Published: 2022-05-11 13:07:19+00:00

AI Summary

This paper introduces a continual deepfake detection benchmark (CDDB) using a new dataset of deepfakes from known and unknown generative models. The benchmark evaluates methods' ability to incrementally learn deepfake detection without catastrophic forgetting across easy, hard, and long sequences of tasks, providing insights into continual learning essentials for deepfake detection.

Abstract

There have been emerging a number of benchmarks and techniques for the detection of deepfakes. However, very few works study the detection of incrementally appearing deepfakes in the real-world scenarios. To simulate the wild scenes, this paper suggests a continual deepfake detection benchmark (CDDB) over a new collection of deepfakes from both known and unknown generative models. The suggested CDDB designs multiple evaluations on the detection over easy, hard, and long sequence of deepfake tasks, with a set of appropriate measures.
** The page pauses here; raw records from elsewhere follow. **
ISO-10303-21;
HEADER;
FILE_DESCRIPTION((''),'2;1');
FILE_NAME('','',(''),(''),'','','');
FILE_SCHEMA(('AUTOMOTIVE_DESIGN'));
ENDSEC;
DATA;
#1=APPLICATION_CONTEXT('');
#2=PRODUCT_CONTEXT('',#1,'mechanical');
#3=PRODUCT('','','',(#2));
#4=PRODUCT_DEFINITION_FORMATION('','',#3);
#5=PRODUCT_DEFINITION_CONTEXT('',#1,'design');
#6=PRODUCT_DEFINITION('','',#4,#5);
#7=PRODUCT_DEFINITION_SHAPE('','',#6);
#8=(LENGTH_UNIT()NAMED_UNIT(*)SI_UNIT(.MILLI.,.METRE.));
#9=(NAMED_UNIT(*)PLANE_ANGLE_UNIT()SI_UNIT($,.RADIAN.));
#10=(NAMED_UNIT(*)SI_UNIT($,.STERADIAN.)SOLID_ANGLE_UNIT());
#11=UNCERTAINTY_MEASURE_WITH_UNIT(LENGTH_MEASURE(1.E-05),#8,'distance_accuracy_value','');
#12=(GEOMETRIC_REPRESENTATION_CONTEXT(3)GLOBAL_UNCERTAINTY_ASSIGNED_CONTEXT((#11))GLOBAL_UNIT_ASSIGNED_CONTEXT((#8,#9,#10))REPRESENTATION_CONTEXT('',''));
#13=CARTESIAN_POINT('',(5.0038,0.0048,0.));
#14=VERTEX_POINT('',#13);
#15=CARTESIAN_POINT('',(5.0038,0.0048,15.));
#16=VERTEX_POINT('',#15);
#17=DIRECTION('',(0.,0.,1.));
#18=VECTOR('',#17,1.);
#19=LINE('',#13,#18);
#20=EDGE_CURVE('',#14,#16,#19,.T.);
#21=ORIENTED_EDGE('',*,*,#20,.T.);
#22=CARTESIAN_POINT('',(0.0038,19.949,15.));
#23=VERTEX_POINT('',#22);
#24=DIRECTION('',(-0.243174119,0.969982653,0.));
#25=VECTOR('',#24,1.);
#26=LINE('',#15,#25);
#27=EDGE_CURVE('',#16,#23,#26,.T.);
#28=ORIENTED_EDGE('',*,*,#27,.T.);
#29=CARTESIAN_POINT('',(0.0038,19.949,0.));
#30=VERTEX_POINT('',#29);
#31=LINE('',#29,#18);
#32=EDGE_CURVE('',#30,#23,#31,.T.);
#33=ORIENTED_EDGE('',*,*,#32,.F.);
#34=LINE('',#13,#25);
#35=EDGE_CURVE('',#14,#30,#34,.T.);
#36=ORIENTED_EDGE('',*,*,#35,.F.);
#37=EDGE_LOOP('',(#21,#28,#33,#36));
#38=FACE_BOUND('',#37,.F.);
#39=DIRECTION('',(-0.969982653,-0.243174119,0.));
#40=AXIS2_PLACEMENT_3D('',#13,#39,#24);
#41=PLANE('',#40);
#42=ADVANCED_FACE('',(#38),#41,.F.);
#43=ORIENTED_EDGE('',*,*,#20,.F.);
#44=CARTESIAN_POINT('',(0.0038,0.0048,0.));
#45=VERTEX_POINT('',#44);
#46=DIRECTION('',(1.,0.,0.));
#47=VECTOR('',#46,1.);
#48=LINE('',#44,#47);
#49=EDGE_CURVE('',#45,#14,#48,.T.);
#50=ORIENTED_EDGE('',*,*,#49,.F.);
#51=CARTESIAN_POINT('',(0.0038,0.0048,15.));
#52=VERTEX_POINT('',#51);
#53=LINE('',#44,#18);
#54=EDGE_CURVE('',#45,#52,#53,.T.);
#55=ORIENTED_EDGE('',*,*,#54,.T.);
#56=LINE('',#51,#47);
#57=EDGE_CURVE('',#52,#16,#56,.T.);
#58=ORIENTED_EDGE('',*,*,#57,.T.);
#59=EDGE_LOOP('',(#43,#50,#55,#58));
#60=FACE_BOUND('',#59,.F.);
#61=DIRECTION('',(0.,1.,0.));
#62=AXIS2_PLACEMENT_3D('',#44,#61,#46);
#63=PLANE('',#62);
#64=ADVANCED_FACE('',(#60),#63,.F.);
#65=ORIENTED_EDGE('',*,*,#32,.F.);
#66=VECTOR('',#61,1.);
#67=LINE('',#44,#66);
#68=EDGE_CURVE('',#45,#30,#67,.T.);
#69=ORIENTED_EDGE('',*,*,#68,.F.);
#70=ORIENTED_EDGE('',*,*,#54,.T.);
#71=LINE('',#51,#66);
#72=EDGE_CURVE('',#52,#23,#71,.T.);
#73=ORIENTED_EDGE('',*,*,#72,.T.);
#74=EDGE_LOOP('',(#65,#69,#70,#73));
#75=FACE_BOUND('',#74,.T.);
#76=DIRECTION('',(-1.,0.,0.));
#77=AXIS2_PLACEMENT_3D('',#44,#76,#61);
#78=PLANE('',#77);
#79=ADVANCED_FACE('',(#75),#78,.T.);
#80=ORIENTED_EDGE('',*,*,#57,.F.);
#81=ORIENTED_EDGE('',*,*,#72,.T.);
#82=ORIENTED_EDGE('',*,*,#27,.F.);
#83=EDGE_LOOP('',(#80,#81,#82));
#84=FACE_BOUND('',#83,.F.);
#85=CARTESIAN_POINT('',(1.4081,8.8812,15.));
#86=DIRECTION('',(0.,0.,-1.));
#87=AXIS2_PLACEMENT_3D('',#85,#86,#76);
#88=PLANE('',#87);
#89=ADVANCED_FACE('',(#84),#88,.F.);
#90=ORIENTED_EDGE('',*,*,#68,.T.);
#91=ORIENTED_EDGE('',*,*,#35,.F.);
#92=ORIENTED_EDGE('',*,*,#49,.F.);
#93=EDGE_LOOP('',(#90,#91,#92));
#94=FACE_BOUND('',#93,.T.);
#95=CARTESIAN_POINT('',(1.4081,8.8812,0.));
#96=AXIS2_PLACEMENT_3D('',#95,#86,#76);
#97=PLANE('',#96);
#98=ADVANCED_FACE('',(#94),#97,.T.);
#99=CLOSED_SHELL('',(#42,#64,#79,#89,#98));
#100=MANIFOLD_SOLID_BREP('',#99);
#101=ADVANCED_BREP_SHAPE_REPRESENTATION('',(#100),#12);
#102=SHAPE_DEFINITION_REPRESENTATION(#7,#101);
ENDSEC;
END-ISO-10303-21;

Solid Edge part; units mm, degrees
sketch "Sketch1" plane through (0, 0, 0) normal (0, 0, 1) x (1, 0, 0)
  line L0 (0.0038, 0.0048) -> (0.0038, 19.949)
  line L1 (5.0038, 0.0048) -> (0.0038, 19.949)
  line L2 (0.0038, 0.0048) -> (5.0038, 0.0048)
extrude "Protrusion1" add sketch "Sketch1" along normal blind 15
In addition, we exploit multiple approaches to adapt multiclass incremental learning methods, commonly used in the continual visual recognition, to the continual deepfake detection problem. We evaluate existing methods, including their adapted ones, on the proposed CDDB. Within the proposed benchmark, we explore some commonly known essentials of standard continual learning. Our study provides new insights on these essentials in the context of continual deepfake detection. The suggested CDDB is clearly more challenging than the existing benchmarks, which thus offers a suitable evaluation avenue to the future research. Both data and code are available at https://github.com/Coral79/CDDB.


Key findings
The proposed CDDB is significantly more challenging than existing benchmarks. Multi-task learning adaptations generally outperformed binary and multi-class adaptations. The memory budget was identified as a crucial factor in continual deepfake detection performance.
Approach
The authors adapt multiclass incremental learning methods to the binary deepfake detection problem. They evaluate existing methods and their adaptations on the proposed CDDB, assessing performance across easy, hard, and long sequences of deepfake tasks using average accuracy, average forgetting degree, and mean average precision.
Datasets
A new dataset (CDDB) combining publicly available deepfakes from known (e.g., ProGAN, StyleGAN, BigGAN) and unknown generative models (e.g., WildDeepfake, WhichFaceReal), along with datasets like FaceForensics++, and others.
Model(s)
ResNet-50 (CNNDet), ConViT, NSCIL, LRCIL, iCaRL, LUCIR, DyTox. Various adaptations (Binary-class, Multi-class, Multi-task learning) were applied to these models.
Author countries
Switzerland, Singapore, China, Belgium